EXTRACTED DATA.
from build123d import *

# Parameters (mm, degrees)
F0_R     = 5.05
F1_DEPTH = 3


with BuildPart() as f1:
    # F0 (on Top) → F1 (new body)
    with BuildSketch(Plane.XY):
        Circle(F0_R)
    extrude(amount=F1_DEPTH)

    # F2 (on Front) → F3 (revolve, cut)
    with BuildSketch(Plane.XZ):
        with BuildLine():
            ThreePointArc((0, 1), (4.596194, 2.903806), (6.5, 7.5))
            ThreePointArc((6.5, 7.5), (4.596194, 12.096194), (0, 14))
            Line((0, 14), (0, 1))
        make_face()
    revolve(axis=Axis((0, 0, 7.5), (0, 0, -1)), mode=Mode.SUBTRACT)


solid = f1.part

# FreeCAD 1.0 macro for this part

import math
import FreeCAD as App
import Part
import Sketcher
from FreeCAD import Vector

doc = App.newDocument("Part")
params = doc.addObject("Spreadsheet::Sheet", "Params")
for row, (alias, value) in enumerate([
    ("sketch1_diameter", "10.1 mm"),
    ("pad1_length", "3 mm"),
    ("sketch2_radius", "6.5 mm"),
    ("groove_angle", "360 deg"),
], start=1):
    params.set(f"A{row}", alias)
    params.set(f"B{row}", "=" + value)
    params.setAlias(f"B{row}", alias)

body = doc.addObject("PartDesign::Body", "Body")

sketch1 = body.newObject("Sketcher::SketchObject", "Sketch")
sketch1.AttachmentSupport = (doc.getObject("XY_Plane"), [""])
sketch1.MapMode = "FlatFace"
sketch1.addGeometry(Part.Circle(Vector(0, 0, 0), Vector(0, 0, 1), 5), False)
sketch1.addConstraint(Sketcher.Constraint("Coincident", 0, 3, -1, 1))
sketch1.addConstraint(Sketcher.Constraint("Diameter", 0, 10.1))
sketch1.setExpression("Constraints[1]", "Params.sketch1_diameter")
pad1 = body.newObject("PartDesign::Pad", "Pad")
pad1.Profile = sketch1
pad1.setExpression("Length", "Params.pad1_length")

sketch2 = body.newObject("Sketcher::SketchObject", "Sketch001")
sketch2.AttachmentSupport = (doc.getObject("XZ_Plane"), [""])
sketch2.MapMode = "FlatFace"
sketch2.addGeometry(Part.ArcOfCircle(Part.Circle(Vector(0, 8, 0), Vector(0, 0, 1), 7), math.radians(-90), math.radians(0)), False)
sketch2.addGeometry(Part.ArcOfCircle(Part.Circle(Vector(0, 7, 0), Vector(0, 0, 1), 7), math.radians(0), math.radians(90)), False)
sketch2.addGeometry(Part.LineSegment(Vector(0, 14, 0), Vector(0, 1, 0)), False)
sketch2.addConstraint(Sketcher.Constraint("Tangent", 0, 2, 1, 1))
sketch2.addConstraint(Sketcher.Constraint("Coincident", 1, 2, 2, 1))
sketch2.addConstraint(Sketcher.Constraint("Coincident", 2, 2, 0, 1))
sketch2.addConstraint(Sketcher.Constraint("Vertical", 2))
sketch2.addConstraint(Sketcher.Constraint("Equal", 0, 1))
sketch2.addConstraint(Sketcher.Constraint("PointOnObject", 0, 3, -2))
sketch2.addConstraint(Sketcher.Constraint("PointOnObject", 1, 2, -2))
sketch2.addConstraint(Sketcher.Constraint("Horizontal", 1, 3, 0, 2))
sketch2.addConstraint(Sketcher.Constraint("Radius", 0, 6.5))
sketch2.addConstraint(Sketcher.Constraint("DistanceY", -1, 1, 1, 2, 14.0))
sketch2.setExpression("Constraints[8]", "Params.sketch2_radius")
groove = body.newObject("PartDesign::Groove", "Groove")
groove.Profile = sketch2
groove.ReferenceAxis = (sketch2, ["V_Axis"])
groove.setExpression("Angle", "Params.groove_angle")

doc.recompute()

EXERCISE DESCRIPTION.
Would you please copy exactly the part of the entries above that begins at the line containing "with BuildPart() as" and ends at the line containing "# FreeCAD 1.0 macro for this part", both lines included?

FINISHED TASK.
with BuildPart() as f1:
    # F0 (on Top) → F1 (new body)
    with BuildSketch(Plane.XY):
        Circle(F0_R)
    extrude(amount=F1_DEPTH)

    # F2 (on Front) → F3 (revolve, cut)
    with BuildSketch(Plane.XZ):
        with BuildLine():
            ThreePointArc((0, 1), (4.596194, 2.903806), (6.5, 7.5))
            ThreePointArc((6.5, 7.5), (4.596194, 12.096194), (0, 14))
            Line((0, 14), (0, 1))
        make_face()
    revolve(axis=Axis((0, 0, 7.5), (0, 0, -1)), mode=Mode.SUBTRACT)


solid = f1.part

# FreeCAD 1.0 macro for this part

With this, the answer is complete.